Sun Cluster 2.2 System Administration Guide

Overview of Mediators

The requirement for Sun Cluster is that a dual-string configuration must survive the failure of a single node or a single string of drives without user intervention.

In a dual-string configuration, metadevice state database replicas are always placed such that exactly half of the replicas are on one string and half are on a second string. A quorum (half + 1 or more) of the replicas is required to guarantee that the most current data is being presented. In the dual-string configuration, if one string becomes unavailable, a quorum of the replicas will not be available.

A mediator is a host (node) that stores mediator data. Mediator data provides information about the location of other mediators and contains a commit count that is identical to the commit count stored in the database replicas.
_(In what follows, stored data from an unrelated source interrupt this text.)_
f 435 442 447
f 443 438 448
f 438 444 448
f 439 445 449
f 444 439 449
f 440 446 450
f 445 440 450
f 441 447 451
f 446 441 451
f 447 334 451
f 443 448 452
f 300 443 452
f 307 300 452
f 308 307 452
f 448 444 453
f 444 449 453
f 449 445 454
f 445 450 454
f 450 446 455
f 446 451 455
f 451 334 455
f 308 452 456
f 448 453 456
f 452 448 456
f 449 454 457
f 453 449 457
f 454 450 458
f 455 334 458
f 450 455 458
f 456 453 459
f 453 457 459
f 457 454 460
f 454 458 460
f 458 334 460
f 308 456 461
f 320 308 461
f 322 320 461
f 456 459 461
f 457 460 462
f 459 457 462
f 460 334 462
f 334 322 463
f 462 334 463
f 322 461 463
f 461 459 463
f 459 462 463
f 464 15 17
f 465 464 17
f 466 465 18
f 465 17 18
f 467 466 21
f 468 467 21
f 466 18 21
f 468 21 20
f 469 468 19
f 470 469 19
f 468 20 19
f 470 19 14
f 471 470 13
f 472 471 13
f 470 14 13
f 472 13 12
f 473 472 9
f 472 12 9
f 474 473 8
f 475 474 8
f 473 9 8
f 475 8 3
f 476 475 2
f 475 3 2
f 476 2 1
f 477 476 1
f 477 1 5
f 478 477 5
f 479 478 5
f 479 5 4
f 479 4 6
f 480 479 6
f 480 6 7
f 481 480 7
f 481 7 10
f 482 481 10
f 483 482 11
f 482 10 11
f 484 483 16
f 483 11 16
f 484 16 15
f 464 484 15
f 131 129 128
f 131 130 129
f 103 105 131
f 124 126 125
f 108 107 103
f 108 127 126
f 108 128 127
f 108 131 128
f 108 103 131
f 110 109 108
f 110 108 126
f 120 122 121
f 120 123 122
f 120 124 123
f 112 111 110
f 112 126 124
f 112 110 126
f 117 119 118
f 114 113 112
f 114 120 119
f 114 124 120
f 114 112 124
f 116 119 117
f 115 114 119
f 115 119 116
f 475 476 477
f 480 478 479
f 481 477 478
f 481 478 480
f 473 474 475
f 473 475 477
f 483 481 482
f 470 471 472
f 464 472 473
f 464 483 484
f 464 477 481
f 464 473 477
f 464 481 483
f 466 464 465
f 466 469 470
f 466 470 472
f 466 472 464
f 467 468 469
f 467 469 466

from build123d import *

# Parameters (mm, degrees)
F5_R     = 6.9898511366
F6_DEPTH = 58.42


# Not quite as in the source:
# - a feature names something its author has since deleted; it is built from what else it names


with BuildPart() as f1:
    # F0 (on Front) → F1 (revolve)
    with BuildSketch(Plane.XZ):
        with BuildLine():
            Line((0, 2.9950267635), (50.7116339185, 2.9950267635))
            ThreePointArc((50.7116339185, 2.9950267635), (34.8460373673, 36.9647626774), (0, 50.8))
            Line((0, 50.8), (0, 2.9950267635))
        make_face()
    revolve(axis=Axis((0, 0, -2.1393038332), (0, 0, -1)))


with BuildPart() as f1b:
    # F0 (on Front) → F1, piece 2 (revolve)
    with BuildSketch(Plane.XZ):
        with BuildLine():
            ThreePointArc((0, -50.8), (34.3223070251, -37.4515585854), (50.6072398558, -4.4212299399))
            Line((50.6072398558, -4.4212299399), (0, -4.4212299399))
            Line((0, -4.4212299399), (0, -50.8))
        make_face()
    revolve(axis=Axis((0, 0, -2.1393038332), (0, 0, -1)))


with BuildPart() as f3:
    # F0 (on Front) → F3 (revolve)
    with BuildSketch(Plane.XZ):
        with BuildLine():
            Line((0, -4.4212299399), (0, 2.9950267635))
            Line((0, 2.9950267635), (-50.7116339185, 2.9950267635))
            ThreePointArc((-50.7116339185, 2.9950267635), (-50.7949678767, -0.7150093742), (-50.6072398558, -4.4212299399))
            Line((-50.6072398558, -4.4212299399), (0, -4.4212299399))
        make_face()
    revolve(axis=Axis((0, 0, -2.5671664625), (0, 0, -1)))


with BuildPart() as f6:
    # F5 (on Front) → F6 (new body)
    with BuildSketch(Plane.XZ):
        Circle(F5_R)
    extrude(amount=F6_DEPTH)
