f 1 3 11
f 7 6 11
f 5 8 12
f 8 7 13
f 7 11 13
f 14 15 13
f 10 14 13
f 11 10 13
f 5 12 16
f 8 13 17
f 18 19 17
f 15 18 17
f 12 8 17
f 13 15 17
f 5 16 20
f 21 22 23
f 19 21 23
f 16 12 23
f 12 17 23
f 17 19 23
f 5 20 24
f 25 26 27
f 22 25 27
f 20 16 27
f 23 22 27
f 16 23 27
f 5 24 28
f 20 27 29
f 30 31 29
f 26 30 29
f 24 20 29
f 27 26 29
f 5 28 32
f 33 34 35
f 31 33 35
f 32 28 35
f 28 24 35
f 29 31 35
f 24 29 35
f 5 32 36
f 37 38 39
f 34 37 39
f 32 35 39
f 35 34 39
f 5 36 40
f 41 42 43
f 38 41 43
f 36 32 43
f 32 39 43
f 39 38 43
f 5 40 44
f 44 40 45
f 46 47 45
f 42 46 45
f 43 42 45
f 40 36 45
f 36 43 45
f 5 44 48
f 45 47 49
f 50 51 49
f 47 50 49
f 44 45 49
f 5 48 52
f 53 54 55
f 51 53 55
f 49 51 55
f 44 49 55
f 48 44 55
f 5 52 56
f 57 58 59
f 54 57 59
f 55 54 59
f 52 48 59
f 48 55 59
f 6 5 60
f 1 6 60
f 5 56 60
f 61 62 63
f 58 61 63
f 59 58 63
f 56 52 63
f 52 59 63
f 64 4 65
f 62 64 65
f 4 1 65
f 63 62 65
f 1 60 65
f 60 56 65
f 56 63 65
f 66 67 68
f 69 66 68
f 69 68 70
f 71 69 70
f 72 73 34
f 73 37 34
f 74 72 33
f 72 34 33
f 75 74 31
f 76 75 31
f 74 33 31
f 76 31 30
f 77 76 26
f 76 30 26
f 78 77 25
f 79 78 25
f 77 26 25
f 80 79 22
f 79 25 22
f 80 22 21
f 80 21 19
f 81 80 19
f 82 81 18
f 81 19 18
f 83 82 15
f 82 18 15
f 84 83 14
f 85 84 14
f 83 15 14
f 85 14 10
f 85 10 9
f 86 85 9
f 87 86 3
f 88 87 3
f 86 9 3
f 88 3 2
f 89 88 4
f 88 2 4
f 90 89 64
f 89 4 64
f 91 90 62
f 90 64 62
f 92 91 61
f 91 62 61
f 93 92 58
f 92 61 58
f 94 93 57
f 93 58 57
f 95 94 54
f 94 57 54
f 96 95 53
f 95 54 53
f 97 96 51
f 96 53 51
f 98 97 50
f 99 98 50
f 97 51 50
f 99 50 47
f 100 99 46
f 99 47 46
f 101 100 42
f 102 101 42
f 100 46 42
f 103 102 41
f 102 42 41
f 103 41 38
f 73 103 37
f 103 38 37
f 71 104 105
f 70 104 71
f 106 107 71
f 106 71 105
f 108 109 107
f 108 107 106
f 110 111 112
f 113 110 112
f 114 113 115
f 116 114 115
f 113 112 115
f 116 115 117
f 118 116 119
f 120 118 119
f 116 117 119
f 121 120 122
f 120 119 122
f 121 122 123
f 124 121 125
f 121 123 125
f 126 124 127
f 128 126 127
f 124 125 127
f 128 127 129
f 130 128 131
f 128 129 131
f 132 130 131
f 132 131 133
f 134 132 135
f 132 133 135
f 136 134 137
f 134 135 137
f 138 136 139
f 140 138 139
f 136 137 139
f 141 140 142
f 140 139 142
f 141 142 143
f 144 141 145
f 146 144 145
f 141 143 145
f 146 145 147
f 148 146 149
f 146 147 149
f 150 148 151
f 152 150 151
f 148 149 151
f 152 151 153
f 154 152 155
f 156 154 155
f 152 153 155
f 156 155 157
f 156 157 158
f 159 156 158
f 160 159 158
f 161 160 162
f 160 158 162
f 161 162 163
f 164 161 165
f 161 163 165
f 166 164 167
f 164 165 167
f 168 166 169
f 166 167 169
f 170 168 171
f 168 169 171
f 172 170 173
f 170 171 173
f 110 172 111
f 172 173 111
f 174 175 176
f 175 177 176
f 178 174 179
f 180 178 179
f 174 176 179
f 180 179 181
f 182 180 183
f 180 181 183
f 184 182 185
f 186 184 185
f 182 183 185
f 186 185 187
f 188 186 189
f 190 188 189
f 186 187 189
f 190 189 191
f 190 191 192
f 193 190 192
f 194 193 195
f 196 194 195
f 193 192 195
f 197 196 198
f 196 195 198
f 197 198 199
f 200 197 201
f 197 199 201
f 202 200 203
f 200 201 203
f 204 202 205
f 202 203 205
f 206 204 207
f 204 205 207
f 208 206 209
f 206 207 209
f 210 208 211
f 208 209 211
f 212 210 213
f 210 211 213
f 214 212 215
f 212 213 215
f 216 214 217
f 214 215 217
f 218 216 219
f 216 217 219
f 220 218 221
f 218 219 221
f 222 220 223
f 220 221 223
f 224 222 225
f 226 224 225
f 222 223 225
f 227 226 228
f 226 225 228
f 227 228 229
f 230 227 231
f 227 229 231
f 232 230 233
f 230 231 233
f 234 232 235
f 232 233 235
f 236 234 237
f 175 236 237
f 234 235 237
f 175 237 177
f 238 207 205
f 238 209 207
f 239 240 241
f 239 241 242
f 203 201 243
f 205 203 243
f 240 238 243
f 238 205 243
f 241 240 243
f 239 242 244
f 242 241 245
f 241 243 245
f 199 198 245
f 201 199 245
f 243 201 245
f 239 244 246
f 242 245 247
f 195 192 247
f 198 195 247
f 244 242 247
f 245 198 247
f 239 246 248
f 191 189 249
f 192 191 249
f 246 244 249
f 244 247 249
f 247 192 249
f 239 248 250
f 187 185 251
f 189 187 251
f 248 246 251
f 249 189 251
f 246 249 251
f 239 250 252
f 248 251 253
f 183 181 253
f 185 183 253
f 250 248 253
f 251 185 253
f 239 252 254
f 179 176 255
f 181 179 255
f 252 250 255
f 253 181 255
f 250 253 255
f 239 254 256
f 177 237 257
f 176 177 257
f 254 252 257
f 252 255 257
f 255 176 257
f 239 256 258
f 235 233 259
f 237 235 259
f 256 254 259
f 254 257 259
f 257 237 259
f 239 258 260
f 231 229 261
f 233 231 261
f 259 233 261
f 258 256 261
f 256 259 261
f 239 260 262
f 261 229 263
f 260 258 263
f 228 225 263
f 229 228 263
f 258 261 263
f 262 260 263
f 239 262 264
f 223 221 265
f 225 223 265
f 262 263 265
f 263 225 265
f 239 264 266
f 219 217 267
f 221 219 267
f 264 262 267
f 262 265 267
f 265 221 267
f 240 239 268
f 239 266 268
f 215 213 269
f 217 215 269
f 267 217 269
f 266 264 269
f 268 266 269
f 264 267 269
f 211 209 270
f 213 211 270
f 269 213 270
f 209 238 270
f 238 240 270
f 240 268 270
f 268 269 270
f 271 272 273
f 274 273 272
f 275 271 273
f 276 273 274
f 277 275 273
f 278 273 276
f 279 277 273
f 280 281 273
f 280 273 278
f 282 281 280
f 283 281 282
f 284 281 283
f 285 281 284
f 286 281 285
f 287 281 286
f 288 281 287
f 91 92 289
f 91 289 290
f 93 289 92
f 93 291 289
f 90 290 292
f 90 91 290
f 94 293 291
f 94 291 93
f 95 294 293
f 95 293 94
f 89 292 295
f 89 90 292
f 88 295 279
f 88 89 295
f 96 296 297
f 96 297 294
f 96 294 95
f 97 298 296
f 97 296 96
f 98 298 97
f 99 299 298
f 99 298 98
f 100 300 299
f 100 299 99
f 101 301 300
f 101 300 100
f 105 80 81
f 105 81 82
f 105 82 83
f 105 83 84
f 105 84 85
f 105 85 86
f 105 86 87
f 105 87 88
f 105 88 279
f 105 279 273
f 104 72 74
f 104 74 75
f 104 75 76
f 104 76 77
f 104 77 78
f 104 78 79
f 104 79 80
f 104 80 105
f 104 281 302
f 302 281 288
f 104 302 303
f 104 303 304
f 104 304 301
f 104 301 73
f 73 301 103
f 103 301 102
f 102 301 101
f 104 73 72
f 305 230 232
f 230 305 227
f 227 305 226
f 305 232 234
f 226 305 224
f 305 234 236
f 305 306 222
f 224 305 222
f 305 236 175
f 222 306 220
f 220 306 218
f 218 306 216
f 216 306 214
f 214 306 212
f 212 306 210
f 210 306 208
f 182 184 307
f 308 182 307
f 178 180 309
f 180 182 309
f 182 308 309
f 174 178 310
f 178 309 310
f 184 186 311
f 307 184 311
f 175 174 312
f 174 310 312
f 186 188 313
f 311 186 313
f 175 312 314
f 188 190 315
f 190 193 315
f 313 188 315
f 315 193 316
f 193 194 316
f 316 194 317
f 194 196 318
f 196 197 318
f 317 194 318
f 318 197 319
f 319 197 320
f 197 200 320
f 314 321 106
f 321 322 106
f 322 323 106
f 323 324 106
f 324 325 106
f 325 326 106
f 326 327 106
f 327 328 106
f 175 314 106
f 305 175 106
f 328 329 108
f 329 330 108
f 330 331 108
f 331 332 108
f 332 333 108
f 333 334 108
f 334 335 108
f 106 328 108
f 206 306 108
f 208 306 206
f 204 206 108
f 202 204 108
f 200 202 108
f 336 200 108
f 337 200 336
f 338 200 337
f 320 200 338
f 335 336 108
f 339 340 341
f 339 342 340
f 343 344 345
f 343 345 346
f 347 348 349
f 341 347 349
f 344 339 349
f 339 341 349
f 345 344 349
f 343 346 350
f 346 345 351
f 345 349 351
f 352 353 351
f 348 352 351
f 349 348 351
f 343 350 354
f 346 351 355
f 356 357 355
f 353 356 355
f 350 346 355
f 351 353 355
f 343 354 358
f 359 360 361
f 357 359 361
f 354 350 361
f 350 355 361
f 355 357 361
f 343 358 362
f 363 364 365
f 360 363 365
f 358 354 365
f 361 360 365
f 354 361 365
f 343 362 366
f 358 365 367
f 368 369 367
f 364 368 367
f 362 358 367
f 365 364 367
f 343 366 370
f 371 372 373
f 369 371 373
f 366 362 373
This commit count is used to confirm that the mediator data is in sync with the data in the database replicas. Mediator data is individually verified before use.

Solstice DiskSuite requires a replica quorum (half + 1) to determine when "safe" operating conditions exist. This guarantees data correctness. With a dual-string configuration, it is possible that only one string is accessible. In this situation it is impossible to get a replica quorum. If mediators are used and a mediator quorum is present, the mediator data can help you determine whether the data on the accessible string is up-to-date and safe to use.

The introduction of mediators enables the Sun Cluster software to ensure that the most current data is presented in the case of a single string failure in a dual-string configuration.

Golden Mediators

To avoid unnecessary user intervention in some dual-string failure scenarios, the concept of a golden mediator has been implemented. If exactly half of the database replicas are accessible and an event occurs that causes the mediator hosts to be updated, two mediator updates are attempted. The first update attempts to change the commit count and to set the mediator to not golden. The second update occurs if and only if during the first phase, all mediator hosts were successfully contacted and the number of replicas that were accessible (and which had their commit count advanced) were exactly half of the total number of replicas. If all the conditions are met, the second update sets the mediator status to golden. The golden status enables a takeover to proceed, without user intervention, to the host with the golden status. If the status is not golden, the data will be set to read-only, and user intervention is required for a takeover or failover to succeed. For the user to initiate a takeover or failover, exactly half of the replicas must be accessible.

The golden state is stored in volatile memory (RAM) only. Once a takeover occurs, the mediator data is once again updated. If any mediator hosts cannot be updated, the golden state is revoked. Since the state is in RAM only, a reboot of a mediator host causes the golden state to be revoked. The default state for mediators is not golden.